I’m thinking about building a box for pfsense. Looking at hardware options and I see a pretty significant difference in price when comparing hardware with and without AES-NI. I don’t necessarily think I’ll need AES. The way I understand it, AES is for using VPN that is somehow running on the router??? I mean, my wife and I both use VPNs on our work computers so we can reach our work networks, but that isn’t using any encryption features on my router, is it?? Or am I not understanding?
You should consider opnsense instead of pfsense in any case.
why?
The company behind pfSense is shady as hell:
https://opnsense.org/opnsense-com/
Also the complete and utter clusterfuck of an attempt to bring Wireguard into the FreeBSD kernel:
It’s for encryption and decryption so only valid for VPN tunnels initiated by pfsense. Not a needed feature by any means if you don’t selfhost stuff and want to setup VPN tunnels and run a lot of traffic through (like say media through Jellyfin)
If installing Wireguard as your VPN is a possibility, Install Opnsense + Wireguard on old hardware and forget about AES.
Pfsense has an openvpn server and client built in.

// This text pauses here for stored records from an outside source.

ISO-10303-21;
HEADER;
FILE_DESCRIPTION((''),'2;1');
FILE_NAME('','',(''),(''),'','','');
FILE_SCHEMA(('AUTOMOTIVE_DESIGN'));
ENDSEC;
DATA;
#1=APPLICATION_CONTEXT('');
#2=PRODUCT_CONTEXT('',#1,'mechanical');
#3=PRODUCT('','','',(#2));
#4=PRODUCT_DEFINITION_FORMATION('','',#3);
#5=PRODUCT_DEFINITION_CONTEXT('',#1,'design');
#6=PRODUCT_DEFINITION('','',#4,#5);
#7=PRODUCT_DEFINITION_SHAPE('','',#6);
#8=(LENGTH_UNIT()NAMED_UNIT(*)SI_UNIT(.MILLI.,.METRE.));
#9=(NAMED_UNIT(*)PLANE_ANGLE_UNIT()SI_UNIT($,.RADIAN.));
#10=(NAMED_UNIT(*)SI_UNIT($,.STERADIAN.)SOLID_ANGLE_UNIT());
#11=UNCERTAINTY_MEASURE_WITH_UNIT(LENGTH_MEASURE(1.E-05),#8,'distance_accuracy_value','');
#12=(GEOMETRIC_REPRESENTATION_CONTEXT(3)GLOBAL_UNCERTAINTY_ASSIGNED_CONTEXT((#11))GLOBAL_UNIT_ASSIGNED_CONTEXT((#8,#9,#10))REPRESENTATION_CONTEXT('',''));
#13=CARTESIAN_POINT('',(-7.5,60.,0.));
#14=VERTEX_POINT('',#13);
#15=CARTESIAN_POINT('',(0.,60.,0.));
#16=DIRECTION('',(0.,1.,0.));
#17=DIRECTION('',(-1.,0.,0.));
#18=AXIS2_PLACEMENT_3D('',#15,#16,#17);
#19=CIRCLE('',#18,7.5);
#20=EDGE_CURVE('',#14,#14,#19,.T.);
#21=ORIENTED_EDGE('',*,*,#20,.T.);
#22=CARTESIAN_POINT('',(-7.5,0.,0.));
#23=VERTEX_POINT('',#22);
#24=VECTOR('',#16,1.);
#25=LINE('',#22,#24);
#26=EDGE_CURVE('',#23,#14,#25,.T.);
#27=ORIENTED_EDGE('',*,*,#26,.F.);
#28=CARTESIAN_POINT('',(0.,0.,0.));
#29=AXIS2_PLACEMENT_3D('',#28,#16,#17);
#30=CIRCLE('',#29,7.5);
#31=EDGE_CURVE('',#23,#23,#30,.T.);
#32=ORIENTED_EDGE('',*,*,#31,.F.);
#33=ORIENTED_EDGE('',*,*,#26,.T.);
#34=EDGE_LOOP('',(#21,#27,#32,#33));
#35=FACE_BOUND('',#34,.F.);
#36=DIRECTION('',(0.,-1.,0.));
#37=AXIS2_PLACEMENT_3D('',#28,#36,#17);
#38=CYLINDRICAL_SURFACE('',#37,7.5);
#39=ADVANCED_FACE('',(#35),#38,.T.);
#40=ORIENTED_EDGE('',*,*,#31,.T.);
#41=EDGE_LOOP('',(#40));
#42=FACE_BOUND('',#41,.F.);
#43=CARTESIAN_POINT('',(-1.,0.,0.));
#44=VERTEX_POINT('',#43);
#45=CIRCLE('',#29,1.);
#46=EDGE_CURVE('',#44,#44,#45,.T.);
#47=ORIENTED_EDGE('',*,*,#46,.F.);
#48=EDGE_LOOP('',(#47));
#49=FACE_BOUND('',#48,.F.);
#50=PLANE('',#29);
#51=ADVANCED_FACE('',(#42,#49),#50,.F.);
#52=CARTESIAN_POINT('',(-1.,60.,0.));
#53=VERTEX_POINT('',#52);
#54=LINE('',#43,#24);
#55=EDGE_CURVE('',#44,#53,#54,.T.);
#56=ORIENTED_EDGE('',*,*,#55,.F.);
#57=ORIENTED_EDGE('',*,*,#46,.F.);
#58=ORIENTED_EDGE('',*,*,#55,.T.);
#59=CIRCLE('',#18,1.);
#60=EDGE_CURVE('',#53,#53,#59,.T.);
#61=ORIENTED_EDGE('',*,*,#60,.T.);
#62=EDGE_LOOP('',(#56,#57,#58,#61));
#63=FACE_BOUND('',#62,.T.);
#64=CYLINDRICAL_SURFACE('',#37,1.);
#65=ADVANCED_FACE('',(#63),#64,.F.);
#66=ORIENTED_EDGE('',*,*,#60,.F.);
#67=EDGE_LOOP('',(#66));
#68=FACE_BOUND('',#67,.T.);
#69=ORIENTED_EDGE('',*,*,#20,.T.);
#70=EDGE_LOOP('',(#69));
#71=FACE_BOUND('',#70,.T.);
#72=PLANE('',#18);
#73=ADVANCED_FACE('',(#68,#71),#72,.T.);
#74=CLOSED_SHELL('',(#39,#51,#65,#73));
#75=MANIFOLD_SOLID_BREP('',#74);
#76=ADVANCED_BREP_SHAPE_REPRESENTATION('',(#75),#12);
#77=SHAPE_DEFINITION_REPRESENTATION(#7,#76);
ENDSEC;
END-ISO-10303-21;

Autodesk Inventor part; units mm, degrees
ref_plane "YZ Plane" through (0, 0, 0) normal (1, 0, 0) x (0, 1, 0)
ref_plane "XZ Plane" through (0, 0, 0) normal (0, 1, 0) x (-1, 0, 0)
ref_plane "XY Plane" through (0, 0, 0) normal (0, 0, 1) x (1, 0, 0)
sketch "スケッチ1" plane through (0, 0, 0) normal (0, 1, 0) x (-1, 0, 0)
  circle A0 centre (0, 0) radius 1
  circle A1 centre (0, 0) radius 7.5
  dimension "d0" = 2
  dimension "d1" = 15
extrude "押し出し1" add sketch "スケッチ1" along normal blind 60
equation "\"BendRadius\" = Thickness"
equation "\"BendReliefWidth\" = Thickness"
equation "\"BendReliefDepth\" = 0.5 * Thickness"
equation "\"CornerReliefSize\" = 4 * Thickness"
equation "\"MinimumRemnant\" = 2 * Thickness"
equation "\"TransitionRadius\" = BendRadius"
equation "\"JacobiRadiusSize\" = BendRadius"
equation "\"GapSize\" = Thickness"
equation "\"Thickness\" = 0.5"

Also if you are using site-to-site ipsec vpns it can be useful. I think it will also use the extensions if you run a web proxy to inspect tls traffic. If you just use it for a nat gateway, then you don’t need aes-ni or even most of the features Pfsense provides.
If you don’t use a VPN on the router, you won’t need it.
But what if you decide to set one up so you can VPN in while on the road? Personally, I’d rather have it and not need it, than need it and not have it…as well as “buy once, cry once” rather than need to upgrade down the line.